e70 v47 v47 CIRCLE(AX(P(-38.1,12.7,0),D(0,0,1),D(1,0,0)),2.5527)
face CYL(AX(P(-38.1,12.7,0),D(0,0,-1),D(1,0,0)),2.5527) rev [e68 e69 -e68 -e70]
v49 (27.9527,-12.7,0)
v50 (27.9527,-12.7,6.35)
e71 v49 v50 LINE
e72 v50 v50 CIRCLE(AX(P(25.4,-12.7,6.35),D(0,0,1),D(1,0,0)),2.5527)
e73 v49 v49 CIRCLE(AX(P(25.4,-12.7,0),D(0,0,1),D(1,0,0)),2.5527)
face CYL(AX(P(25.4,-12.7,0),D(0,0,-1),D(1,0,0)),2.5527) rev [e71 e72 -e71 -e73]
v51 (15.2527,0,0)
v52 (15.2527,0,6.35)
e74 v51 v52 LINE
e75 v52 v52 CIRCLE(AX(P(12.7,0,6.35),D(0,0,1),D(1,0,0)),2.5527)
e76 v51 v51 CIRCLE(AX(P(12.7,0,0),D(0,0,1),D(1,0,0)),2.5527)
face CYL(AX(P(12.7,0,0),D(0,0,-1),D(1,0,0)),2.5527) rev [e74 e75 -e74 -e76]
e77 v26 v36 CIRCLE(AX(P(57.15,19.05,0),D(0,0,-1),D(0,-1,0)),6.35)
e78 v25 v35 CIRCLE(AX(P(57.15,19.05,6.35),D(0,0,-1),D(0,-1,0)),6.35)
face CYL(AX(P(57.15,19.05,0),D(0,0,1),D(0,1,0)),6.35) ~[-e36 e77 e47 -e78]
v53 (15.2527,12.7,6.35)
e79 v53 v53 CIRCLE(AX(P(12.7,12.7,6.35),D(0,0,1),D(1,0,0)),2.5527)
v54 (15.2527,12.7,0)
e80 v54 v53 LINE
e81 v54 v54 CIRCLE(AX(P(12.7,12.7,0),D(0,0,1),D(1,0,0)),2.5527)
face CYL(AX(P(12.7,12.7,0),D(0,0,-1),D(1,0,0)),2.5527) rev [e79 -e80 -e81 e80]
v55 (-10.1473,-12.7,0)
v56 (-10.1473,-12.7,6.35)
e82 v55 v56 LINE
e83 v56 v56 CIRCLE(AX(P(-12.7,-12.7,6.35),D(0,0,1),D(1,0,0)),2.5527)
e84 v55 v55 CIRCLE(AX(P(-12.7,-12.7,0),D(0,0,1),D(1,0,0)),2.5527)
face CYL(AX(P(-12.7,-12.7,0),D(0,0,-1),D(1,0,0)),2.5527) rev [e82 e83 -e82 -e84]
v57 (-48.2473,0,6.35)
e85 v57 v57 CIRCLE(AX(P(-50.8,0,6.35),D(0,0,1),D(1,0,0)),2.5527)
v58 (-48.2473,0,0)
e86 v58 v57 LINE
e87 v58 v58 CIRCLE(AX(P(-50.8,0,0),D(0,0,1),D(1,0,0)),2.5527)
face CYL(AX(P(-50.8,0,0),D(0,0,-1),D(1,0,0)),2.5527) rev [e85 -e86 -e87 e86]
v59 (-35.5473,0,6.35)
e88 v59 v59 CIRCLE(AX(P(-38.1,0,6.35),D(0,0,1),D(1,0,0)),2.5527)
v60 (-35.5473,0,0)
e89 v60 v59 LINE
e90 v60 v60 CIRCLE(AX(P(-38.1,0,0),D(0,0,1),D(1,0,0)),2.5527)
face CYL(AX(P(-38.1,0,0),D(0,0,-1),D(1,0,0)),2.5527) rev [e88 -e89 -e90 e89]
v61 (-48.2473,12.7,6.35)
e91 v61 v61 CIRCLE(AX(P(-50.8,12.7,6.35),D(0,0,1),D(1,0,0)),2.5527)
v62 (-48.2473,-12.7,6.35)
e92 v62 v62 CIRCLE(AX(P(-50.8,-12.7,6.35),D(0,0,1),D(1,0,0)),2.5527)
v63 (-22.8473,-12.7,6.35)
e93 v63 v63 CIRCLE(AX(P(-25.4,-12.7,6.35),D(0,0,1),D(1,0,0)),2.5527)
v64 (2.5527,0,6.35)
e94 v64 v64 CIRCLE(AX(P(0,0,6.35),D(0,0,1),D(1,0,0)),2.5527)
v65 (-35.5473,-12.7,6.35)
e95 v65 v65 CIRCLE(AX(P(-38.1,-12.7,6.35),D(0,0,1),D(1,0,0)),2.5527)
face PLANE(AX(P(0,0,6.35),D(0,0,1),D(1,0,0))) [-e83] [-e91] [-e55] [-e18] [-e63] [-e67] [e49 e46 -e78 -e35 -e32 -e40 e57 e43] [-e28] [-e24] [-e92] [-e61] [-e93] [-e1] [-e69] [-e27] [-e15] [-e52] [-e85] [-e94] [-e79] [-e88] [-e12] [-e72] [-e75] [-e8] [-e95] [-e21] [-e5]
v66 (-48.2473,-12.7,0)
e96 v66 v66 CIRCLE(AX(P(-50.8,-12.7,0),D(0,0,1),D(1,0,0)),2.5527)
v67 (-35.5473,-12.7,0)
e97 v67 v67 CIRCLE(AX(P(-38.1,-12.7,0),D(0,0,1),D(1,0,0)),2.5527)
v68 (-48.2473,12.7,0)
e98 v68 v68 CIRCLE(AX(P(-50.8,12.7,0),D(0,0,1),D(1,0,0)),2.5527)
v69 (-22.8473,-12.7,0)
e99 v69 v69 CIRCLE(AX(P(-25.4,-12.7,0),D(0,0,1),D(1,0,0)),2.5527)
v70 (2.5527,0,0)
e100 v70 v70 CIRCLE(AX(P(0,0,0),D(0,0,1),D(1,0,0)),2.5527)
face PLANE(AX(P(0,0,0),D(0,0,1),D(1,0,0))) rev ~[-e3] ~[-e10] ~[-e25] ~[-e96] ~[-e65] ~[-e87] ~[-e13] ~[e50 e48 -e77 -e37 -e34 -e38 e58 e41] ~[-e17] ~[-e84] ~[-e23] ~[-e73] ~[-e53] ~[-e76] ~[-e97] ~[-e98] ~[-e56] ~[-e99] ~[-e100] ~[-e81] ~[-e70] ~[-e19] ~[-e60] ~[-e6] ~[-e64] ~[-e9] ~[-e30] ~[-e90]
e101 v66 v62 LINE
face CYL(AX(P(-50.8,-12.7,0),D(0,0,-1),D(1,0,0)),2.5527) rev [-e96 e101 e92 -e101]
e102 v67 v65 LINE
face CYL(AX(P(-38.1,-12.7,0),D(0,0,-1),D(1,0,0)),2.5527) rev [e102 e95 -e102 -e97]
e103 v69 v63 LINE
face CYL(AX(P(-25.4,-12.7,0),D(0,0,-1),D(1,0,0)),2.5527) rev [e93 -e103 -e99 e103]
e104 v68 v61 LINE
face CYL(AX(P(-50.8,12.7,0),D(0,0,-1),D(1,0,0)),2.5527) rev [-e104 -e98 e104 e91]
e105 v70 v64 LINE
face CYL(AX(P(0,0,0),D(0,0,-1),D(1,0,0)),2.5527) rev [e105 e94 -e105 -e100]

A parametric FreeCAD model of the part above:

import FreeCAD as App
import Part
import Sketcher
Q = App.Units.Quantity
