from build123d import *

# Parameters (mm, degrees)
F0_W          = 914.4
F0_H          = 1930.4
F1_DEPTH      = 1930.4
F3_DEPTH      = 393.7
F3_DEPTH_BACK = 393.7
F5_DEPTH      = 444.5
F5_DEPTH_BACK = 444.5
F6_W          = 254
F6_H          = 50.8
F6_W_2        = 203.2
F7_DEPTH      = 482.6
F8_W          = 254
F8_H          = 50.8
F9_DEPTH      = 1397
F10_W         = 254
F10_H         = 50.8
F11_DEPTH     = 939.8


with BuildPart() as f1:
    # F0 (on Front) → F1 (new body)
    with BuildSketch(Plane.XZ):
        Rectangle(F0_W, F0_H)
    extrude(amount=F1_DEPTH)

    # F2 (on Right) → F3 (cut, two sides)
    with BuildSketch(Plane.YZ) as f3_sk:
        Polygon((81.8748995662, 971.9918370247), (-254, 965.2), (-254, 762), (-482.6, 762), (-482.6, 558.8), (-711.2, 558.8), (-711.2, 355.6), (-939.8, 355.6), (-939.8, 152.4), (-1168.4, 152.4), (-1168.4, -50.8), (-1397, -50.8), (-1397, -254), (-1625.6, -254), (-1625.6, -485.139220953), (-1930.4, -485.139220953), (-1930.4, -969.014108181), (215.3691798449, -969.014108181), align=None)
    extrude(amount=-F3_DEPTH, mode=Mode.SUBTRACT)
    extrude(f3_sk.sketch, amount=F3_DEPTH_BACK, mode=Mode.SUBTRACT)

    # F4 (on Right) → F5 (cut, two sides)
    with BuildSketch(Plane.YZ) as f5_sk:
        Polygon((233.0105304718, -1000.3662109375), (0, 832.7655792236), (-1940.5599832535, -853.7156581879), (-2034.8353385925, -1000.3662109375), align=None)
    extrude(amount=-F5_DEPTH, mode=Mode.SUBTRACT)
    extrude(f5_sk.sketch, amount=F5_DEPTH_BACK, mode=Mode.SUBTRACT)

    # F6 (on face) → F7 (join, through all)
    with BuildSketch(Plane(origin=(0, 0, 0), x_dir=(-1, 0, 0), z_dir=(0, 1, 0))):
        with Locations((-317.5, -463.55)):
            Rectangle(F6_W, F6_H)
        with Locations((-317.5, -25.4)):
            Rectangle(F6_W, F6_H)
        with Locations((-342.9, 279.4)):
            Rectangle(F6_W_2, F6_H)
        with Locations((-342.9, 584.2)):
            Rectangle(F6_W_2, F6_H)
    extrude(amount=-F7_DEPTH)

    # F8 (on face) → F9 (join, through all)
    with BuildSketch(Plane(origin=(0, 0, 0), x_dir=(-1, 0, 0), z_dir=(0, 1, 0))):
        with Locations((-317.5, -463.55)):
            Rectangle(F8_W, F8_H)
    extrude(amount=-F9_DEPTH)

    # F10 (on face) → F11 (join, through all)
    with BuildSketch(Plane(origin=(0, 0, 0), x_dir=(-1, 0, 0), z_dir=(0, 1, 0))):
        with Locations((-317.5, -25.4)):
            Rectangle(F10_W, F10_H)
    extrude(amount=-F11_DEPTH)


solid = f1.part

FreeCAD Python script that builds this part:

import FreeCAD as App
import Part
import Sketcher
from FreeCAD import Vector
Q = App.Units.Quantity

doc = App.newDocument("Part")
body = doc.addObject("PartDesign::Body", "Body")

# Sketch on XZ plane
sketch1 = body.newObject("Sketcher::SketchObject", "Sketch")
sketch1.AttachmentSupport = (doc.getObject("XZ_Plane"), [""])
sketch1.MapMode = "FlatFace"
sketch1.addGeometry(Part.LineSegment(Vector(-457, 965, 0), Vector(-457, -965, 0)), False)
sketch1.addGeometry(Part.LineSegment(Vector(-457, -965, 0), Vector(457, -965, 0)), False)
sketch1.addGeometry(Part.LineSegment(Vector(457, -965, 0), Vector(457, 965, 0)), False)
sketch1.addGeometry(Part.LineSegment(Vector(457, 965, 0), Vector(-457, 965, 0)), False)
sketch1.addConstraint(Sketcher.Constraint("Coincident", 0, 2, 1, 1))
sketch1.addConstraint(Sketcher.Constraint("Coincident", 1, 2, 2, 1))
sketch1.addConstraint(Sketcher.Constraint("Coincident", 2, 2, 3, 1))
sketch1.addConstraint(Sketcher.Constraint("Coincident", 3, 2, 0, 1))
sketch1.addConstraint(Sketcher.Constraint("Vertical", 0))
sketch1.addConstraint(Sketcher.Constraint("Horizontal", 1))
sketch1.addConstraint(Sketcher.Constraint("Vertical", 2))
sketch1.addConstraint(Sketcher.Constraint("Horizontal", 3))
sketch1.addConstraint(Sketcher.Constraint("Symmetric", 0, 2, 2, 2, -1, 1))
sketch1.addConstraint(Sketcher.Constraint("DistanceX", 1, 1, 1, 2, Q("36 in")))
sketch1.addConstraint(Sketcher.Constraint("DistanceY", 0, 2, 0, 1, Q("76 in")))
pad1 = body.newObject("PartDesign::Pad", "Pad")
pad1.Profile = sketch1
pad1.Length = Q("76 in")

# Sketch on YZ plane
sketch2 = body.newObject("Sketcher::SketchObject", "Sketch001")
sketch2.AttachmentSupport = (doc.getObject("YZ_Plane"), [""])
sketch2.MapMode = "FlatFace"
sketch2.addGeometry(Part.LineSegment(Vector(82, 972, 0), Vector(-254, 965, 0)), False)
sketch2.addGeometry(Part.LineSegment(Vector(-254, 965, 0), Vector(-254, 762, 0)), False)
sketch2.addGeometry(Part.LineSegment(Vector(-254, 762, 0), Vector(-483, 762, 0)), False)
sketch2.addGeometry(Part.LineSegment(Vector(-483, 762, 0), Vector(-483, 559, 0)), False)
sketch2.addGeometry(Part.LineSegment(Vector(-483, 559, 0), Vector(-711, 559, 0)), False)
sketch2.addGeometry(Part.LineSegment(Vector(-711, 559, 0), Vector(-711, 356, 0)), False)
sketch2.addGeometry(Part.LineSegment(Vector(-711, 356, 0), Vector(-940, 356, 0)), False)
sketch2.addGeometry(Part.LineSegment(Vector(-940, 356, 0), Vector(-940, 152, 0)), False)
sketch2.addGeometry(Part.LineSegment(Vector(-940, 152, 0), Vector(-1168, 152, 0)), False)
sketch2.addGeometry(Part.LineSegment(Vector(-1168, 152, 0), Vector(-1168, -51, 0)), False)
sketch2.addGeometry(Part.LineSegment(Vector(-1168, -51, 0), Vector(-1397, -51, 0)), False)
sketch2.addGeometry(Part.LineSegment(Vector(-1397, -51, 0), Vector(-1397, -254, 0)), False)
sketch2.addGeometry(Part.LineSegment(Vector(-1397, -254, 0), Vector(-1626, -254, 0)), False)
sketch2.addGeometry(Part.LineSegment(Vector(-1626, -254, 0), Vector(-1626, -485, 0)), False)
sketch2.addGeometry(Part.LineSegment(Vector(-1626, -485, 0), Vector(-1930, -485, 0)), False)
sketch2.addGeometry(Part.LineSegment(Vector(-1930, -485, 0), Vector(-1930, -969, 0)), False)
sketch2.addGeometry(Part.LineSegment(Vector(-1930, -969, 0), Vector(215, -969, 0)), False)
sketch2.addGeometry(Part.LineSegment(Vector(215, -969, 0), Vector(82, 972, 0)), False)
sketch2.addConstraint(Sketcher.Constraint("Coincident", 0, 2, 1, 1))
sketch2.addConstraint(Sketcher.Constraint("Coincident", 1, 2, 2, 1))
sketch2.addConstraint(Sketcher.Constraint("Coincident", 2, 2, 3, 1))
sketch2.addConstraint(Sketcher.Constraint("Coincident", 3, 2, 4, 1))
sketch2.addConstraint(Sketcher.Constraint("Coincident", 4, 2, 5, 1))
sketch2.addConstraint(Sketcher.Constraint("Coincident", 5, 2, 6, 1))
sketch2.addConstraint(Sketcher.Constraint("Coincident", 6, 2, 7, 1))
sketch2.addConstraint(Sketcher.Constraint("Coincident", 7, 2, 8, 1))
sketch2.addConstraint(Sketcher.Constraint("Coincident", 8, 2, 9, 1))
sketch2.addConstraint(Sketcher.Constraint("Coincident", 9, 2, 10, 1))
sketch2.addConstraint(Sketcher.Constraint("Coincident", 10, 2, 11, 1))
sketch2.addConstraint(Sketcher.Constraint("Coincident", 11, 2, 12, 1))
sketch2.addConstraint(Sketcher.Constraint("Coincident", 12, 2, 13, 1))
sketch2.addConstraint(Sketcher.Constraint("Coincident", 13, 2, 14, 1))
sketch2.addConstraint(Sketcher.Constraint("Coincident", 14, 2, 15, 1))
sketch2.addConstraint(Sketcher.Constraint("Coincident", 15, 2, 16, 1))
sketch2.addConstraint(Sketcher.Constraint("Coincident", 16, 2, 17, 1))
sketch2.addConstraint(Sketcher.Constraint("Coincident", 17, 2, 0, 1))
sketch2.addConstraint(Sketcher.Constraint("Vertical", 1))
sketch2.addConstraint(Sketcher.Constraint("Horizontal", 2))
sketch2.addConstraint(Sketcher.Constraint("Vertical", 3))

- _Task prompt_
Identify how many lines in the entries above include the string "sides", then state that number alone.

- _Answer space_
2